Pada anak yang lebih muda, fantasi merupakan fase penting dalam
perkembangannya, sehingga ia percaya bahwa tubuhnya mungkin akan rusak seperti :
balon bila ditusuk atau patah seperti mainan bila diremas dengan keras seperti ketika
diukur tekanan darah.
4. Usia sekolah (6-12 tahun)
Anak usia sekolah yang dirawat di rumah sakit akan merasa perpisahan dengan
sekolah dan teman sebayanya, takut kehilangan keterampilan merasa kesepian dan
sendiri. Anak membutuhkan rasa aman dan perlindungan dari orang tua namun tidak
selalu di temani oleh orang tua.
Pada usia ini anak berusaha independen dan produktif. Akibat dirawat di rumah
sakit menyebabkan perasaan kehilangan kontrol dan kekuatan. Hal ini terjadi karena
adanya perubahan dalam peran, kelemahan fisik, takut mati dan kehilangan kegiatan
dalam kelompok serta akibat kegiatan rutin rumah sakit seperti bedrest, penggunaan
pispot, kurangnya privacy, pemakaian kursi roda, dll.

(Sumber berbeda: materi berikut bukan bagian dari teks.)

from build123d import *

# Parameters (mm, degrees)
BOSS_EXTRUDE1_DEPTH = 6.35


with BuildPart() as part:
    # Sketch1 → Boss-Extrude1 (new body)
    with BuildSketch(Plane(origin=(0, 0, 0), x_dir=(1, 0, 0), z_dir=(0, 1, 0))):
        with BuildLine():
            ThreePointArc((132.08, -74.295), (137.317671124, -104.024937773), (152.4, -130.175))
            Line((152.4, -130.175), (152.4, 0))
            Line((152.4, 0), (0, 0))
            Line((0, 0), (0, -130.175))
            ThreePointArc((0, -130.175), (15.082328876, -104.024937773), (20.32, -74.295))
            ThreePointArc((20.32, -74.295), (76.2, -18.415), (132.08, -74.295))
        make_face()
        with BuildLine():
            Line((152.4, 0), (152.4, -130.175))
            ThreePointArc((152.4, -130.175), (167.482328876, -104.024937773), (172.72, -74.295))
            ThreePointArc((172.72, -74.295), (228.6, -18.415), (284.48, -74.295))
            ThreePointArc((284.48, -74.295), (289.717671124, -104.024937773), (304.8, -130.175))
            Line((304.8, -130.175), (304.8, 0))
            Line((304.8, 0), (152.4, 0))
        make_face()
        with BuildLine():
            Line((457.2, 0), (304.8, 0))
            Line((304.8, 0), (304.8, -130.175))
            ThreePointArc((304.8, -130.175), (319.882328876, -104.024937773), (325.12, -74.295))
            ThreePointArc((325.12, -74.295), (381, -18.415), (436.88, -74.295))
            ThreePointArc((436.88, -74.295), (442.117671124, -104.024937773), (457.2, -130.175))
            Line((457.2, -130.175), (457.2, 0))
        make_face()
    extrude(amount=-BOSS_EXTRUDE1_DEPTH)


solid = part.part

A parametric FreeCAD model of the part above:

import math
import FreeCAD as App
import Part
import Sketcher

V = App.Vector
Q = App.Units.Quantity

doc = App.newDocument("Part")
params = doc.addObject("Spreadsheet::Sheet", "Params")
for row, (alias, value) in enumerate([
    ("sketch1_radius", "2.2 in"),
    ("sketch1_width", "18 in"),
    ("sketch1_radius2", "3.425 in"),
    ("sketch1_height", "5.125 in"),
    ("pad1_length", "0.25 in"),
], start=1):
    params.set(f"A{row}", alias)
    params.set(f"B{row}", "=" + value)
    params.setAlias(f"B{row}", alias)

body = doc.addObject("PartDesign::Body", "Body")

sketch1 = doc.addObject("Sketcher::SketchObject", "Sketch")
body.addObject(sketch1)
sketch1.AttachmentSupport = (doc.XZ_Plane, [""])
sketch1.MapMode = "FlatFace"
sketch1.addGeometry([
    Part.ArcOfCircle(Part.Circle(V(219, 74, 0), V(0, 0, 1), 87), math.radians(140), math.radians(180)),
    Part.ArcOfCircle(Part.Circle(V(86, 74, 0), V(0, 0, 1), 87), math.radians(0), math.radians(40)),
    Part.ArcOfCircle(Part.Circle(V(229, 74, 0), V(0, 0, 1), 56), math.radians(180), math.radians(360)),
    Part.ArcOfCircle(Part.Circle(V(371, 74, 0), V(0, 0, 1), 87), math.radians(140), math.radians(180)),
    Part.ArcOfCircle(Part.Circle(V(238, 74, 0), V(0, 0, 1), 87), math.radians(0), math.radians(40)),
    Part.ArcOfCircle(Part.Circle(V(381, 74, 0), V(0, 0, 1), 56), math.radians(180), math.radians(360)),
    Part.ArcOfCircle(Part.Circle(V(524, 74, 0), V(0, 0, 1), 87), math.radians(140), math.radians(180)),
    Part.LineSegment(V(457, 130, 0), V(457, 0, 0)),
    Part.LineSegment(V(457, 0, 0), V(0, 0, 0)),
    Part.LineSegment(V(0, 0, 0), V(0, 130, 0)),
    Part.ArcOfCircle(Part.Circle(V(-67, 74, 0), V(0, 0, 1), 87), math.radians(0), math.radians(40)),
    Part.ArcOfCircle(Part.Circle(V(76, 74, 0), V(0, 0, 1), 56), math.radians(180), math.radians(360)),
], False)
sketch1.addConstraint([
    Sketcher.Constraint("Coincident", 0, 1, 1, 2),
    Sketcher.Constraint("Tangent", 1, 1, 2, 1),
    Sketcher.Constraint("Tangent", 2, 2, 3, 2),
    Sketcher.Constraint("Coincident", 3, 1, 4, 2),
    Sketcher.Constraint("Tangent", 4, 1, 5, 1),
    Sketcher.Constraint("Tangent", 5, 2, 6, 2),
    Sketcher.Constraint("Coincident", 6, 1, 7, 1),
    Sketcher.Constraint("Coincident", 7, 2, 8, 1),
    Sketcher.Constraint("Coincident", 8, 2, 9, 1),
    Sketcher.Constraint("Coincident", 9, 2, 10, 2),
    Sketcher.Constraint("Tangent", 10, 1, 11, 1),
    Sketcher.Constraint("Tangent", 11, 2, 0, 2),
    Sketcher.Constraint("Vertical", 7),
    Sketcher.Constraint("Horizontal", 8),
    Sketcher.Constraint("Vertical", 9),
    Sketcher.Constraint("Coincident", 8, 2, -1, 1),
    Sketcher.Constraint("Equal", 0, 1),
    Sketcher.Constraint("Equal", 1, 3),
    Sketcher.Constraint("Equal", 3, 4),
    Sketcher.Constraint("Equal", 2, 5),
    Sketcher.Constraint("Equal", 4, 6),
    Sketcher.Constraint("Equal", 6, 10),
    Sketcher.Constraint("Equal", 5, 11),
    Sketcher.Constraint("Horizontal", 0, 3, 1, 3),
    Sketcher.Constraint("Horizontal", 1, 3, 2, 3),
    Sketcher.Constraint("Horizontal", 2, 3, 3, 3),
    Sketcher.Constraint("Horizontal", 3, 3, 4, 3),
    Sketcher.Constraint("Horizontal", 4, 3, 5, 3),
    Sketcher.Constraint("Horizontal", 5, 3, 6, 3),
    Sketcher.Constraint("Horizontal", 6, 3, 10, 3),
    Sketcher.Constraint("Horizontal", 10, 3, 11, 3),
    Sketcher.Constraint("Horizontal", 0, 1, 3, 1),
    Sketcher.Constraint("Horizontal", 3, 1, 6, 1),
    Sketcher.Constraint("Horizontal", 6, 1, 9, 2),
    Sketcher.Constraint("Radius", 2, Q("2.2 in")),
    Sketcher.Constraint("DistanceX", 8, 2, 8, 1, Q("18 in")),
    Sketcher.Constraint("Radius", 0, Q("3.425 in")),
    Sketcher.Constraint("DistanceY", 7, 2, 7, 1, Q("5.125 in")),
])
sketch1.setExpression("Constraints[34]", "Params.sketch1_radius")
sketch1.setExpression("Constraints[35]", "Params.sketch1_width")
sketch1.setExpression("Constraints[36]", "Params.sketch1_radius2")
sketch1.setExpression("Constraints[37]", "Params.sketch1_height")
pad1 = doc.addObject("PartDesign::Pad", "Pad")
body.addObject(pad1)
pad1.Profile = sketch1
pad1.setExpression("Length", "Params.pad1_length")

doc.recompute()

Anak telah dapat mengekspresikan perasaannya dan mampu bertoleransi terhadap
rasa nyeri. Anak akan berusaha mengontrol tingkah lakunya pada waktu merasa
nyeri/ sakit dengan cara menggigit bibir atau menggenggam sesuatu dengan erat.

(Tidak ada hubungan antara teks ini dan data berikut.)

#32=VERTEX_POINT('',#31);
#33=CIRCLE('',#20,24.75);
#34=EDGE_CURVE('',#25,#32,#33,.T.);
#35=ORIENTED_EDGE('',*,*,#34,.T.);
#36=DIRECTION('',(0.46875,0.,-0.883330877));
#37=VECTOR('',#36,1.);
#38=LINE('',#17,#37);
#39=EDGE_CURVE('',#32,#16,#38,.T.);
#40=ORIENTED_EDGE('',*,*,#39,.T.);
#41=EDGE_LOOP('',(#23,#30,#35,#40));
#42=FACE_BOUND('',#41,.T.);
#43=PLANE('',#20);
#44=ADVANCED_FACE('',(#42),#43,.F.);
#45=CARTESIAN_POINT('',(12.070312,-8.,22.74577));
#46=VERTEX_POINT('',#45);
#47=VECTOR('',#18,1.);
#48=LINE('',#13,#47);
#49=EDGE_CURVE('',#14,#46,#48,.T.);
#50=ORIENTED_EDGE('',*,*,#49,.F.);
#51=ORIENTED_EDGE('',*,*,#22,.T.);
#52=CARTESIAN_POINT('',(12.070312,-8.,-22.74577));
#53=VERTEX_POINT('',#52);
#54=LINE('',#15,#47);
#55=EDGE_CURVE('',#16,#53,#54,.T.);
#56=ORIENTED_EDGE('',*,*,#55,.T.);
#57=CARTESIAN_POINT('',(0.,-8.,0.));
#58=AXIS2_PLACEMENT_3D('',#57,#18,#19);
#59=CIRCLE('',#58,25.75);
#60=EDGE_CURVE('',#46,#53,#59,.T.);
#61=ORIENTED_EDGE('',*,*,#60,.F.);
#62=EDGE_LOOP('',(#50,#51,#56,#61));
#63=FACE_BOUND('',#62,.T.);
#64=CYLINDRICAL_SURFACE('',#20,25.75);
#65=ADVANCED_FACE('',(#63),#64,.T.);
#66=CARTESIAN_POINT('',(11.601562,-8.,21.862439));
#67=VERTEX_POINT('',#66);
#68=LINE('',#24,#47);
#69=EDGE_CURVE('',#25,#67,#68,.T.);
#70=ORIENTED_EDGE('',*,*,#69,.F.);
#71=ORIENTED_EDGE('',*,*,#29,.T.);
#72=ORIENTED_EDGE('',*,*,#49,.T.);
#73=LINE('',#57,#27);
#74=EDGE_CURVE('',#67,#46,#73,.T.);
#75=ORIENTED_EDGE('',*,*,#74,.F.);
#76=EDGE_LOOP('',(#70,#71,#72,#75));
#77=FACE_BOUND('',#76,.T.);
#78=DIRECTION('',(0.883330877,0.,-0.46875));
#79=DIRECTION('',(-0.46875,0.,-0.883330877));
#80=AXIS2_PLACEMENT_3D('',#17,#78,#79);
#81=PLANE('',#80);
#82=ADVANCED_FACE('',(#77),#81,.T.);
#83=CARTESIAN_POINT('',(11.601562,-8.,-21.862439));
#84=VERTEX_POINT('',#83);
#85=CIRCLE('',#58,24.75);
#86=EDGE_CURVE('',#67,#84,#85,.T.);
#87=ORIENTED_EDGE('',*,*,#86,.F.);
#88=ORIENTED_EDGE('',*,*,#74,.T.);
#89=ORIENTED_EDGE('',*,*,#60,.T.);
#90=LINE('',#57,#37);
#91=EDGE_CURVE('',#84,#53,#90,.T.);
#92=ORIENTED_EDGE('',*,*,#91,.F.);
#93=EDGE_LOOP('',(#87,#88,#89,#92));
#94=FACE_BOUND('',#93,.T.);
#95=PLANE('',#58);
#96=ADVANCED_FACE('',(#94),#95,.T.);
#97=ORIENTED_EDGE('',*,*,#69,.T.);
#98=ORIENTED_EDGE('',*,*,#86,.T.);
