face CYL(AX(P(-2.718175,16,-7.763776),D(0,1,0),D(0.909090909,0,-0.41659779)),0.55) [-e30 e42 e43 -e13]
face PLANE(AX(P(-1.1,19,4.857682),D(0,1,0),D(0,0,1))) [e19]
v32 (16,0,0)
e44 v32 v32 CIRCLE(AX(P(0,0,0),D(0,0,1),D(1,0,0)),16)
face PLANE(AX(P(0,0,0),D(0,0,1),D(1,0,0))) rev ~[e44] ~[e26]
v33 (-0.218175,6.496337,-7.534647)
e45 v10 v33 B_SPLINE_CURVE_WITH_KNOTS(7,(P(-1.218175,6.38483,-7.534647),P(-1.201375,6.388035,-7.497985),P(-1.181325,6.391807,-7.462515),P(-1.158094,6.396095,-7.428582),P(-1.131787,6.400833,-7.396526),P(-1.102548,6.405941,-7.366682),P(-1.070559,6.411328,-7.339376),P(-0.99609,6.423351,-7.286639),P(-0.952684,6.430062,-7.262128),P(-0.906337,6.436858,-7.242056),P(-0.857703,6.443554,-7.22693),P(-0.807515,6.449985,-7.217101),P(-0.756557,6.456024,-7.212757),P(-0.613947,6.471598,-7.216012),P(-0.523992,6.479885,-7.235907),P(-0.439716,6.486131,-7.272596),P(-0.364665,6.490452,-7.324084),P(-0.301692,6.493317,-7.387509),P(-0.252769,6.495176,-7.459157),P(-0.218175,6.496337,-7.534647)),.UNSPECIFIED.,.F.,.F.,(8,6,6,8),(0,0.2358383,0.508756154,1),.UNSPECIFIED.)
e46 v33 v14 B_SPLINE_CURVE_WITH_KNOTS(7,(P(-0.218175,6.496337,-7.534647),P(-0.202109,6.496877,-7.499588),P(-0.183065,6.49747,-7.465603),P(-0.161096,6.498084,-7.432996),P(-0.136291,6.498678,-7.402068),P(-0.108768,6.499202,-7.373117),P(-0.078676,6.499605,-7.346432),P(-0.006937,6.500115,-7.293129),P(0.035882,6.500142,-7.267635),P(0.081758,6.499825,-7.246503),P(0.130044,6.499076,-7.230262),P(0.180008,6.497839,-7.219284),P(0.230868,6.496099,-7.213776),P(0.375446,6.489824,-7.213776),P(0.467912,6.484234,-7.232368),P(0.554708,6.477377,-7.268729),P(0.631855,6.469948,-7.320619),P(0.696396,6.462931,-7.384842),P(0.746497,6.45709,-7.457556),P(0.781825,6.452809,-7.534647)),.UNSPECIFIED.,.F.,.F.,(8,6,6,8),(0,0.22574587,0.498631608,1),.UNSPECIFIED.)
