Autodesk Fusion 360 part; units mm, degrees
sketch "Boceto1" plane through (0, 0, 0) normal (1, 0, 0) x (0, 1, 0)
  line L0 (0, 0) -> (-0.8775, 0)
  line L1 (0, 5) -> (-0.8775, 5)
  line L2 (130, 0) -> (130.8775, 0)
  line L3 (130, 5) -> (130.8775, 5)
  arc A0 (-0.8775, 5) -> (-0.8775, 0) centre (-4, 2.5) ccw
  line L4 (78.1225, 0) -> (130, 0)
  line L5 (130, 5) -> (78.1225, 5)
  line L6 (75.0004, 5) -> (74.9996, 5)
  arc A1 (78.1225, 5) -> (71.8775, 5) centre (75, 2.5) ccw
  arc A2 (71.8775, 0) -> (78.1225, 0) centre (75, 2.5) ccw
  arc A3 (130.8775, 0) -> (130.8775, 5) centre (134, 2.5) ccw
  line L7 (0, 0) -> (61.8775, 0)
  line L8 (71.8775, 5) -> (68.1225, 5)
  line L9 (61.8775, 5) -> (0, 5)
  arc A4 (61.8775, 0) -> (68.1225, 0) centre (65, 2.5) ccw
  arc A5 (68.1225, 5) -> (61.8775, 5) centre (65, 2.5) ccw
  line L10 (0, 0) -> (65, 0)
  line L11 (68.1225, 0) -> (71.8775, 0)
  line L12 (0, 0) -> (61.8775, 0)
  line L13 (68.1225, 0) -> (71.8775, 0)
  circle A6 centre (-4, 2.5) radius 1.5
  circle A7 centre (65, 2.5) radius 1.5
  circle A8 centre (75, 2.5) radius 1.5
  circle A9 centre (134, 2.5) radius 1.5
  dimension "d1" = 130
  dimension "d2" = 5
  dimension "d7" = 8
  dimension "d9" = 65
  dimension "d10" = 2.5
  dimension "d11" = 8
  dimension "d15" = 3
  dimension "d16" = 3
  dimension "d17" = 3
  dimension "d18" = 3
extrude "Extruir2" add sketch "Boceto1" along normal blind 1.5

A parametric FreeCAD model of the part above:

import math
import FreeCAD as App
import Part
import Sketcher

doc = App.newDocument("Part")
body = doc.addObject("PartDesign::Body", "Body")

# Sketch on YZ plane
sketch1 = body.newObject("Sketcher::SketchObject", "Sketch")
sketch1.AttachmentSupport = (doc.getObject("YZ_Plane"), [""])
sketch1.MapMode = "FlatFace"
sketch1.addGeometry(Part.LineSegment(App.Vector(-0.9, 0, 0), App.Vector(61.9, 0, 0)), False)
sketch1.addGeometry(Part.ArcOfCircle(Part.Circle(App.Vector(65, 2.5, 0), App.Vector(0, 0, 1), 4), math.radians(-141), math.radians(-39)), False)
sketch1.addGeometry(Part.LineSegment(App.Vector(68.1, 0, 0), App.Vector(71.9, 0, 0)), False)
sketch1.addGeometry(Part.ArcOfCircle(Part.Circle(App.Vector(75, 2.5, 0), App.Vector(0, 0, 1), 4), math.radians(-141), math.radians(-39)), False)
sketch1.addGeometry(Part.LineSegment(App.Vector(78.1, 0, 0), App.Vector(130.9, 0, 0)), False)
sketch1.addGeometry(Part.ArcOfCircle(Part.Circle(App.Vector(134, 2.5, 0), App.Vector(0, 0, 1), 4), math.radians(-141), math.radians(141)), False)
sketch1.addGeometry(Part.LineSegment(App.Vector(130.9, 5, 0), App.Vector(78.1, 5, 0)), False)
sketch1.addGeometry(Part.ArcOfCircle(Part.Circle(App.Vector(75, 2.5, 0), App.Vector(0, 0, 1), 4), math.radians(39), math.radians(141)), False)
sketch1.addGeometry(Part.LineSegment(App.Vector(71.9, 5, 0), App.Vector(68.1, 5, 0)), False)
sketch1.addGeometry(Part.ArcOfCircle(Part.Circle(App.Vector(65, 2.5, 0), App.Vector(0, 0, 1), 4), math.radians(39), math.radians(141)), False)
sketch1.addGeometry(Part.LineSegment(App.Vector(61.9, 5, 0), App.Vector(-0.9, 5, 0)), False)
sketch1.addGeometry(Part.ArcOfCircle(Part.Circle(App.Vector(-4, 2.5, 0), App.Vector(0, 0, 1), 4), math.radians(39), math.radians(321)), False)
sketch1.addGeometry(Part.Circle(App.Vector(-4, 2.5, 0), App.Vector(0, 0, 1), 1.5), False)
sketch1.addGeometry(Part.Circle(App.Vector(65, 2.5, 0), App.Vector(0, 0, 1), 1.5), False)
sketch1.addGeometry(Part.Circle(App.Vector(75, 2.5, 0), App.Vector(0, 0, 1), 1.5), False)
sketch1.addGeometry(Part.Circle(App.Vector(134, 2.5, 0), App.Vector(0, 0, 1), 1.5), False)
sketch1.addConstraint(Sketcher.Constraint("Coincident", 0, 2, 1, 1))
sketch1.addConstraint(Sketcher.Constraint("Coincident", 1, 2, 2, 1))
sketch1.addConstraint(Sketcher.Constraint("Coincident", 2, 2, 3, 1))
sketch1.addConstraint(Sketcher.Constraint("Coincident", 3, 2, 4, 1))
sketch1.addConstraint(Sketcher.Constraint("Coincident", 4, 2, 5, 1))
sketch1.addConstraint(Sketcher.Constraint("Coincident", 5, 2, 6, 1))
sketch1.addConstraint(Sketcher.Constraint("Coincident", 6, 2, 7, 1))
sketch1.addConstraint(Sketcher.Constraint("Coincident", 7, 2, 8, 1))
sketch1.addConstraint(Sketcher.Constraint("Coincident", 8, 2, 9, 1))
sketch1.addConstraint(Sketcher.Constraint("Coincident", 9, 2, 10, 1))
sketch1.addConstraint(Sketcher.Constraint("Coincident", 10, 2, 11, 1))
sketch1.addConstraint(Sketcher.Constraint("Coincident", 11, 2, 0, 1))
sketch1.addConstraint(Sketcher.Constraint("Horizontal", 0))
sketch1.addConstraint(Sketcher.Constraint("Horizontal", 2))
sketch1.addConstraint(Sketcher.Constraint("Horizontal", 4))
sketch1.addConstraint(Sketcher.Constraint("Horizontal", 6))
sketch1.addConstraint(Sketcher.Constraint("Horizontal", 8))
sketch1.addConstraint(Sketcher.Constraint("Horizontal", 10))
sketch1.addConstraint(Sketcher.Constraint("Coincident", 7, 3, 3, 3))
sketch1.addConstraint(Sketcher.Constraint("Coincident", 9, 3, 1, 3))
sketch1.addConstraint(Sketcher.Constraint("Coincident", 12, 3, 11, 3))
sketch1.addConstraint(Sketcher.Constraint("Coincident", 13, 3, 1, 3))
sketch1.addConstraint(Sketcher.Constraint("Coincident", 14, 3, 3, 3))
sketch1.addConstraint(Sketcher.Constraint("Coincident", 15, 3, 5, 3))
sketch1.addConstraint(Sketcher.Constraint("Equal", 1, 3))
sketch1.addConstraint(Sketcher.Constraint("Equal", 3, 5))
sketch1.addConstraint(Sketcher.Constraint("Equal", 5, 7))
sketch1.addConstraint(Sketcher.Constraint("Equal", 7, 9))
sketch1.addConstraint(Sketcher.Constraint("Equal", 9, 11))
sketch1.addConstraint(Sketcher.Constraint("Equal", 12, 13))
sketch1.addConstraint(Sketcher.Constraint("Equal", 13, 14))
sketch1.addConstraint(Sketcher.Constraint("Equal", 14, 15))
sketch1.addConstraint(Sketcher.Constraint("PointOnObject", 0, 2, -1))
sketch1.addConstraint(Sketcher.Constraint("PointOnObject", 1, 2, -1))
sketch1.addConstraint(Sketcher.Constraint("PointOnObject", 3, 2, -1))
sketch1.addConstraint(Sketcher.Constraint("Horizontal", 1, 3, 3, 3))
sketch1.addConstraint(Sketcher.Constraint("Horizontal", 3, 3, 5, 3))
sketch1.addConstraint(Sketcher.Constraint("Horizontal", 9, 3, 11, 3))
sketch1.addConstraint(Sketcher.Constraint("Horizontal", 6, 2, 7, 2))
sketch1.addConstraint(Sketcher.Constraint("Horizontal", 8, 2, 9, 2))
sketch1.addConstraint(Sketcher.Constraint("Vertical", 4, 2, 5, 2))
sketch1.addConstraint(Sketcher.Constraint("Diameter", 12, 3.0))
sketch1.addConstraint(Sketcher.Constraint("Radius", 1, 4.0))
sketch1.addConstraint(Sketcher.Constraint("DistanceX", -1, 1, 1, 3, 65.0))
sketch1.addConstraint(Sketcher.Constraint("DistanceY", -1, 1, 5, 2, 5.0))
sketch1.addConstraint(Sketcher.Constraint("DistanceX", -1, 1, 3, 3, 75.0))
sketch1.addConstraint(Sketcher.Constraint("DistanceX", -1, 1, 5, 3, 134.0))
sketch1.addConstraint(Sketcher.Constraint("DistanceX", 11, 3, -1, 1, 4.0))
pad1 = body.newObject("PartDesign::Pad", "Pad")
pad1.Profile = sketch1
pad1.Length = 1.5

doc.recompute()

Anak ingin tahu alasan tindakan yang dilakukan pada dirinya, sehingga ia selalu
mengamati apa yang dikatakan perawat. Anak akan merasa takut terhadap mati pada
waktu tidur.
5. Usia remaja (12-18 tahun)
Kecemasan yang timbul pada anak remaja yang dirawat di rumah sakit adalah
akibat perpisahan dengan teman-teman sebaya dan kelompok. Anak tidak merasa
takut berpisah dengan orang tua akan tetapi takut kehilangan status dan hubungan
dengan teman sekelompok. Kecemasan lain disebabkan oleh akibat yang ditimbulkan
oleh akibat penyakit fisik, kecacatan serta kurangnya “privacy“.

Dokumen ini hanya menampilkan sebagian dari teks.